= Matthew Leeming =

British writer (1964–2022)

Matthew David Leeming (22 September 1964 – 29 November 2022) was a British adventurer and writer.

==Biography==
Leeming was born in Winchester to David Leeming, an industrialist, and Veronica Leeming (née Lyons). He spent his childhood in Winchester and Old Alresford. He attended Bradfield School before studying theology at Trinity College, Oxford, where he graduated with second-class honors.

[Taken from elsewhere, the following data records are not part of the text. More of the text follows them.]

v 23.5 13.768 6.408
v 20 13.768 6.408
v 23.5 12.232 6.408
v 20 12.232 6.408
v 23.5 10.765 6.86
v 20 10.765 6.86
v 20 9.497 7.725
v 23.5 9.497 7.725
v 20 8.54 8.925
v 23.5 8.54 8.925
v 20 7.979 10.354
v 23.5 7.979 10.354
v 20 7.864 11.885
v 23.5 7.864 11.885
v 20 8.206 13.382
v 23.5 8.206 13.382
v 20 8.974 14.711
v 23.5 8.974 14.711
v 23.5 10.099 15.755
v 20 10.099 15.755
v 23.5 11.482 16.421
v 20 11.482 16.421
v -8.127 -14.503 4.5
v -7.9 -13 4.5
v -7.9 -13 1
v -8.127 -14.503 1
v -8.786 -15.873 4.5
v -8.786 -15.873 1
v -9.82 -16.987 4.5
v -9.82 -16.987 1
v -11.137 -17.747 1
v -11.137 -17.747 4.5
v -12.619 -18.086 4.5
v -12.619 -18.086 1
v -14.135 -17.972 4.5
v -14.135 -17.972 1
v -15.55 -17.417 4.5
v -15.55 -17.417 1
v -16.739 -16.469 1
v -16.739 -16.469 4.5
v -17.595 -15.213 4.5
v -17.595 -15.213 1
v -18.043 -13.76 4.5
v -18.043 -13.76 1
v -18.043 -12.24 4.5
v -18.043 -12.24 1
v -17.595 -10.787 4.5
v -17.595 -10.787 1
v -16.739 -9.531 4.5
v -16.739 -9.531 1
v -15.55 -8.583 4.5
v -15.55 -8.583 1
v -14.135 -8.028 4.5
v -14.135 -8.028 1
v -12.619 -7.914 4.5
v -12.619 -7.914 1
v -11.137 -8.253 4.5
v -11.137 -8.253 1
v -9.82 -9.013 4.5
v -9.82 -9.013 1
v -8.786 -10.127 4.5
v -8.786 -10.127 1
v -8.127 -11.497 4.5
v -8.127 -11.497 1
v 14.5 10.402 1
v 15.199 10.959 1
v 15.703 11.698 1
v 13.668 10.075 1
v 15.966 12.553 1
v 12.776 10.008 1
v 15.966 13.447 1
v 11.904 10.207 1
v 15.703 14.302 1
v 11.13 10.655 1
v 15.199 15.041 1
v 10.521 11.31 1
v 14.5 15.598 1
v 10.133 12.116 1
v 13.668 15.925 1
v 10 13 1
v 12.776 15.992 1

After university, Leeming initiated several business ventures, including an English language school during his Oxford years and later enterprises in the tile and printing industries. He completed an MBA at Lincoln College, Oxford, in 1999. Following employment challenges during the dotcom bust, he traveled extensively in countries including Afghanistan, Azerbaijan, and Ethiopia.

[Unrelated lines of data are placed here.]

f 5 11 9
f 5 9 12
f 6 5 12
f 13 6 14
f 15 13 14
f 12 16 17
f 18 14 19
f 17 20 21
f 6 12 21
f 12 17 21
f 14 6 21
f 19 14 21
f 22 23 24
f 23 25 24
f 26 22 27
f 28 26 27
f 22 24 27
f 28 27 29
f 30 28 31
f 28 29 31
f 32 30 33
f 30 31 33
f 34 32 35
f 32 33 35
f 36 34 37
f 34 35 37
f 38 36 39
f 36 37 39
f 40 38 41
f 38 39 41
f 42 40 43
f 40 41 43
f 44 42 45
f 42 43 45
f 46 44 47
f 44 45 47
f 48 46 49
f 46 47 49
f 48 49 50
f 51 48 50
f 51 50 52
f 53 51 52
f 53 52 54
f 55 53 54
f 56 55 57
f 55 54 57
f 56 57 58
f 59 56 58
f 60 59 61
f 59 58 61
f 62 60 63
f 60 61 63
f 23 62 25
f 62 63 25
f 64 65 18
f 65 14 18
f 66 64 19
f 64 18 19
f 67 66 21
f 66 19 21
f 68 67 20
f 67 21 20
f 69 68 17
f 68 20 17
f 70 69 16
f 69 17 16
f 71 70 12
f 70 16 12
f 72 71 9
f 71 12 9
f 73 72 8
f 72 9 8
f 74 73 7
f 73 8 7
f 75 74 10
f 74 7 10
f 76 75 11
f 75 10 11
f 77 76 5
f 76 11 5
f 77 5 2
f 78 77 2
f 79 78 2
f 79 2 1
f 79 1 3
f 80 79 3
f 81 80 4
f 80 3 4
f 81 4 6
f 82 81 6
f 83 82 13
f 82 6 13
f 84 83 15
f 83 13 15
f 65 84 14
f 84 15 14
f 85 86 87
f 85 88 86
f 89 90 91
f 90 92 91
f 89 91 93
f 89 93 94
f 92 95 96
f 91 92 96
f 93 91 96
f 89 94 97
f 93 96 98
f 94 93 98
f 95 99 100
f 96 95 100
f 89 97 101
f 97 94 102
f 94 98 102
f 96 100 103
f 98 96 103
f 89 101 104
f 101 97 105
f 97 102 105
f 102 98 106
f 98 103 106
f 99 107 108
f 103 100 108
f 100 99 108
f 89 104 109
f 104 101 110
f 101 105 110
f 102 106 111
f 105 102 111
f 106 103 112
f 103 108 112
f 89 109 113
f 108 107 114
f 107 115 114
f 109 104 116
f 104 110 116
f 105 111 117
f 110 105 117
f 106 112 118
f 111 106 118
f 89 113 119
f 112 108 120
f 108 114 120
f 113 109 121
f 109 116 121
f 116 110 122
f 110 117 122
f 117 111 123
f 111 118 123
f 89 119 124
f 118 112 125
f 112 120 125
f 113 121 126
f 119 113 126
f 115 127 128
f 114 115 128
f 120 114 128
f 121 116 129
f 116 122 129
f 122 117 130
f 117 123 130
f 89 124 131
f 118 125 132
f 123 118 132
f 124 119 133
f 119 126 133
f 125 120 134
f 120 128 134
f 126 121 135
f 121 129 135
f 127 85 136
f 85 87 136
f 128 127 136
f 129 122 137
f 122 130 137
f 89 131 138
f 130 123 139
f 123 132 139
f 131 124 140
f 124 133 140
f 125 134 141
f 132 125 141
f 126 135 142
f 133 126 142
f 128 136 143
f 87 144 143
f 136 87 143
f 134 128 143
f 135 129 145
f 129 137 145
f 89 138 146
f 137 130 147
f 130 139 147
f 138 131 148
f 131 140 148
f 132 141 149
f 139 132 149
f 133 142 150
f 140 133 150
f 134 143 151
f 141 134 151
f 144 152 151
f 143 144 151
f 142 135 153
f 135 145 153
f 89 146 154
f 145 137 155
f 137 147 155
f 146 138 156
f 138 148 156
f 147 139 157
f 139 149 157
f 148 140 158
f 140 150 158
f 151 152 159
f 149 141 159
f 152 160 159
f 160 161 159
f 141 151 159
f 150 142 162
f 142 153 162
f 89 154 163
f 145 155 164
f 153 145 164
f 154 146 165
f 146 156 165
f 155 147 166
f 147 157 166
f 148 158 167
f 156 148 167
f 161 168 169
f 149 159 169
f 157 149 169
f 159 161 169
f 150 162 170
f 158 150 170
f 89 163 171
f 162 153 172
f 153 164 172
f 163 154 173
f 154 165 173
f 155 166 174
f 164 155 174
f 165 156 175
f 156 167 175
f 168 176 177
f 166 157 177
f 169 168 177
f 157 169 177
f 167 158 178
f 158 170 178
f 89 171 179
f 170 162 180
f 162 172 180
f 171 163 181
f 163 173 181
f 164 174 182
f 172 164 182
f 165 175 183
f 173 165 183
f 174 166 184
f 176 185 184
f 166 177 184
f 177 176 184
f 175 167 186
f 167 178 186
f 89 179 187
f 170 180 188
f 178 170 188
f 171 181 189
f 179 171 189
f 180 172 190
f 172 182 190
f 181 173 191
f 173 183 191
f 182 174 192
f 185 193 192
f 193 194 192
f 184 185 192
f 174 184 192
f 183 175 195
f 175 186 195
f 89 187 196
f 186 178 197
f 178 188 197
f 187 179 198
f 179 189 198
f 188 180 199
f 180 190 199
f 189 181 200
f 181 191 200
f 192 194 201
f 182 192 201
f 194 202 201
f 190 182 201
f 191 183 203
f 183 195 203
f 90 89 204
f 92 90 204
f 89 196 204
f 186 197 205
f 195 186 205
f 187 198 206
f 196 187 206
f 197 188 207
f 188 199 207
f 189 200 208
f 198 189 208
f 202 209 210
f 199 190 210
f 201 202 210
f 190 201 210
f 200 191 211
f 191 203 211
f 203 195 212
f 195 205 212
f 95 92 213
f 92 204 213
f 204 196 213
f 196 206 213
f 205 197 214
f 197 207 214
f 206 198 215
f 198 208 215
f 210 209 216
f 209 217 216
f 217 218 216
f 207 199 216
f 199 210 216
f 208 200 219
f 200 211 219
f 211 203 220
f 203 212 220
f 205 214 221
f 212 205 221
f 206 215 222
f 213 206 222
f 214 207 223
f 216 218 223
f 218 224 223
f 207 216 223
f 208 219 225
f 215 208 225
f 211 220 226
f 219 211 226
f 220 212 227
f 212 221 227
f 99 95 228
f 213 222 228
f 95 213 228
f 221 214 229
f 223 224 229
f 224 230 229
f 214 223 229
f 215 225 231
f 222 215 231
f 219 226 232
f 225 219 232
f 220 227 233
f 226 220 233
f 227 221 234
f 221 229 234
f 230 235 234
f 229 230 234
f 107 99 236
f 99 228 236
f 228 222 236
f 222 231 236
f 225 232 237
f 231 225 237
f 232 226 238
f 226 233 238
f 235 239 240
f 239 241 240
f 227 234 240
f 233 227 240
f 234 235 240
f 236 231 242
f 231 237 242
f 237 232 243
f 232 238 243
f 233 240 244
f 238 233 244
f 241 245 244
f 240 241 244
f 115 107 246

In Afghanistan, Leeming became involved in the tourism and energy sectors. He founded a tourism company that encountered initial setbacks related to local conflicts before achieving some success. He also contributed to journalism by writing for The Spectator and co-authoring a guidebook on Afghanistan; some of his other literary works remained unpublished due to editorial disputes.

In later years, Leeming encountered financial and personal difficulties, which resulted in periods of homelessness. He engaged in community service by contributing to initiatives for the homeless and other local projects in Winchester.